Has anyone noticed their lists moving up due to others being hired or having received cards? I know two towns I selected have sent out cards about a month ago, but the individuals are still on the list.....how long does this usually take?


----------



## CampusOfficer (Dec 29, 2002)

I believe they will stay there until they are appointed.


----------



## Southside (Sep 4, 2003)

If that is the case, it can be awhile with all the steps being followed before the appointments are made.


----------



## PearlOnyx (Jun 28, 2002)

I am still on the list for the city that I already work for.
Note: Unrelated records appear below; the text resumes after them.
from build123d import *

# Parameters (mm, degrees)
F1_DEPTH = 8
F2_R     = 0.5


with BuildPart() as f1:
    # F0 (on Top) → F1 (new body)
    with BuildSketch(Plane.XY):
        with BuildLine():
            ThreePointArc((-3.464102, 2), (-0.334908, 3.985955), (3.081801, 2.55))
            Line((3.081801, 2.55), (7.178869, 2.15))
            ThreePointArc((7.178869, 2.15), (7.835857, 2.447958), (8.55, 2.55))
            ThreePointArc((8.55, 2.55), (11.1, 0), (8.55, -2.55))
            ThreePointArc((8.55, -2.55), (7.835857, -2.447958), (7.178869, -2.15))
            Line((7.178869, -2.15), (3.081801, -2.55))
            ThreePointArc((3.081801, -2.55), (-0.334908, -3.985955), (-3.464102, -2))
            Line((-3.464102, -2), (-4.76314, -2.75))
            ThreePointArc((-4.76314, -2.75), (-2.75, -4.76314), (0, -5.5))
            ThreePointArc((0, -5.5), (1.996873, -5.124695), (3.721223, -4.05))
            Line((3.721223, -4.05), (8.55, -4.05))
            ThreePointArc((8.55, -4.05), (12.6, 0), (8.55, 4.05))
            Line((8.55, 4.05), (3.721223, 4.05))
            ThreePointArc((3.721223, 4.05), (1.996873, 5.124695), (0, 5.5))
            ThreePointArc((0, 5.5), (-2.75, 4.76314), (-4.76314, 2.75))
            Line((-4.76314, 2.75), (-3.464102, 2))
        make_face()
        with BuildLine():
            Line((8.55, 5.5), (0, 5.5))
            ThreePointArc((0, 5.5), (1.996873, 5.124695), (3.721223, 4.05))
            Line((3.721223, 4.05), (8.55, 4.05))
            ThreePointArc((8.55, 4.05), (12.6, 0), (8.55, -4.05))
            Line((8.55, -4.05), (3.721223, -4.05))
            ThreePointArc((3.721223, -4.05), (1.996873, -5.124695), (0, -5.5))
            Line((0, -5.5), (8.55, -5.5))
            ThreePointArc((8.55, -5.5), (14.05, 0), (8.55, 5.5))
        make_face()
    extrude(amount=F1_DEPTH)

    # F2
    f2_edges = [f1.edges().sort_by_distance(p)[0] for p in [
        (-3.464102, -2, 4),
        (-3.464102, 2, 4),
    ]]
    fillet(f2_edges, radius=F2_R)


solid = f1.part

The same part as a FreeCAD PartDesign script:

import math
import FreeCAD as App
import Part
import Sketcher

V = App.Vector
Q = App.Units.Quantity


def edges_at(feature, points):
    """Names of the edges that pass closest to the given points."""
    edges = feature.Shape.Edges
    near = lambda p: min(range(len(edges)), key=lambda i: edges[i].distToShape(Part.Vertex(*p))[0])
    return sorted({f"Edge{near(p) + 1}" for p in points})

doc = App.newDocument("Part")
body = doc.addObject("PartDesign::Body", "Body")

# Sketch on XY plane
sketch1 = doc.addObject("Sketcher::SketchObject", "Sketch")
body.addObject(sketch1)
sketch1.AttachmentSupport = (doc.XY_Plane, [""])
sketch1.MapMode = "FlatFace"
sketch1.addGeometry([
    Part.ArcOfCircle(Part.Circle(V(0, 0, 0), V(0, 0, 1), 4), math.radians(40), math.radians(150)),  # 0
    Part.LineSegment(V(3.1, 2.5, 0), V(7.2, 2.1, 0)),  # 1
    Part.ArcOfCircle(Part.Circle(V(8.6, 0, 0), V(0, 0, 1), 2.6), math.radians(90), math.radians(123)),  # 2
    Part.ArcOfCircle(Part.Circle(V(8.6, 0, 0), V(0, 0, 1), 2.5), math.radians(-90), math.radians(90)),  # 3
    Part.ArcOfCircle(Part.Circle(V(8.6, 0, 0), V(0, 0, 1), 2.6), math.radians(-123), math.radians(-90)),  # 4
    Part.LineSegment(V(7.2, -2.1, 0), V(3.1, -2.5, 0)),  # 5
    Part.ArcOfCircle(Part.Circle(V(0, 0, 0), V(0, 0, 1), 4), math.radians(-150), math.radians(-40)),  # 6
    Part.LineSegment(V(-3.5, -2, 0), V(-4.8, -2.8, 0)),  # 7
    Part.ArcOfCircle(Part.Circle(V(0, 0, 0), V(0, 0, 1), 5.5), math.radians(-150), math.radians(-90)),  # 8
    Part.LineSegment(V(0, -5.5, 0), V(8.6, -5.5, 0)),  # 9
    Part.ArcOfCircle(Part.Circle(V(8.6, 0, 0), V(0, 0, 1), 5.5), math.radians(-90), math.radians(90)),  # 10
    Part.LineSegment(V(8.6, 5.5, 0), V(0, 5.5, 0)),  # 11
    Part.ArcOfCircle(Part.Circle(V(0, 0, 0), V(0, 0, 1), 5.5), math.radians(90), math.radians(150)),  # 12
    Part.LineSegment(V(-4.8, 2.8, 0), V(-3.5, 2, 0)),  # 13
], False)
sketch1.addConstraint([
    Sketcher.Constraint("Coincident", 0, 1, 1, 1),
    Sketcher.Constraint("Coincident", 1, 2, 2, 2),
    Sketcher.Constraint("Tangent", 2, 1, 3, 2),
    Sketcher.Constraint("Tangent", 3, 1, 4, 2),
    Sketcher.Constraint("Coincident", 4, 1, 5, 1),
    Sketcher.Constraint("Coincident", 5, 2, 6, 2),
    Sketcher.Constraint("Coincident", 6, 1, 7, 1),
    Sketcher.Constraint("Coincident", 7, 2, 8, 1),
    Sketcher.Constraint("Tangent", 8, 2, 9, 1),
    Sketcher.Constraint("Tangent", 9, 2, 10, 1),
    Sketcher.Constraint("Tangent", 10, 2, 11, 1),
    Sketcher.Constraint("Tangent", 11, 2, 12, 1),
    Sketcher.Constraint("Coincident", 12, 2, 13, 1),
    Sketcher.Constraint("Coincident", 13, 2, 0, 2),
    Sketcher.Constraint("Horizontal", 9),
    Sketcher.Constraint("Horizontal", 11),
    Sketcher.Constraint("Coincident", 0, 3, -1, 1),
    Sketcher.Constraint("Coincident", 6, 3, -1, 1),
    Sketcher.Constraint("Coincident", 8, 3, -1, 1),
    Sketcher.Constraint("Coincident", 12, 3, -1, 1),
    Sketcher.Constraint("Coincident", 10, 3, 2, 3),
    Sketcher.Constraint("Equal", 2, 4),
    Sketcher.Constraint("Equal", 0, 6),
    Sketcher.Constraint("Equal", 8, 10),
    Sketcher.Constraint("Symmetric", 2, 1, 3, 1, -1),
    Sketcher.Constraint("Horizontal", 0, 1, 2, 1),
    Sketcher.Constraint("Horizontal", 3, 1, 5, 2),
    Sketcher.Constraint("Vertical", 10, 3, 2, 1),
    Sketcher.Constraint("Vertical", 1, 2, 4, 1),
    Sketcher.Constraint("Vertical", 7, 2, 12, 2),
    Sketcher.Constraint("Vertical", 6, 1, 13, 2),
    Sketcher.Constraint("Radius", 0, Q("4 mm")),
    Sketcher.Constraint("Radius", 8, Q("5.499999 mm")),
    Sketcher.Constraint("Angle", 7, Q("-149.999998 deg")),
    Sketcher.Constraint("Radius", 3, Q("2.55 mm")),
    Sketcher.Constraint("DistanceY", 6, 1, -1, 1, Q("2 mm")),
    Sketcher.Constraint("DistanceX", 9, 1, 9, 2, Q("8.55 mm")),
    Sketcher.Constraint("DistanceY", 1, 2, 0, 1, Q("0.4 mm")),
])
pad1 = doc.addObject("PartDesign::Pad", "Pad")
body.addObject(pad1)
pad1.Profile = sketch1
pad1.Length = 8
doc.recompute()

fillet = doc.addObject("PartDesign::Fillet", "Fillet")
body.addObject(fillet)
fillet.Base = (pad1, edges_at(pad1, [(-3.464, -2, 4), (-3.464, 2, 4)]))
fillet.Radius = 0.5

doc.recompute()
I've just been too lazy to write a letter to HRD to change my preferences.


----------



## Southside (Sep 4, 2003)

Hey Congrats Pearl,

I thought you were still with the Sheriff's Department.....I know like myself and others, you have been waiting to get on.....best of luck!


----------



## PearlOnyx (Jun 28, 2002)

Shawn,

I still work for the Sheriff's Department full-time. I got appointed as a Reserve in my home town a few months ago. I'm just finishing up my firearms training (I'm Mass Sheriff's Association qualified, not MCJTC, so I had to redo firearms), and I should be out sucking up yet more details soon.


----------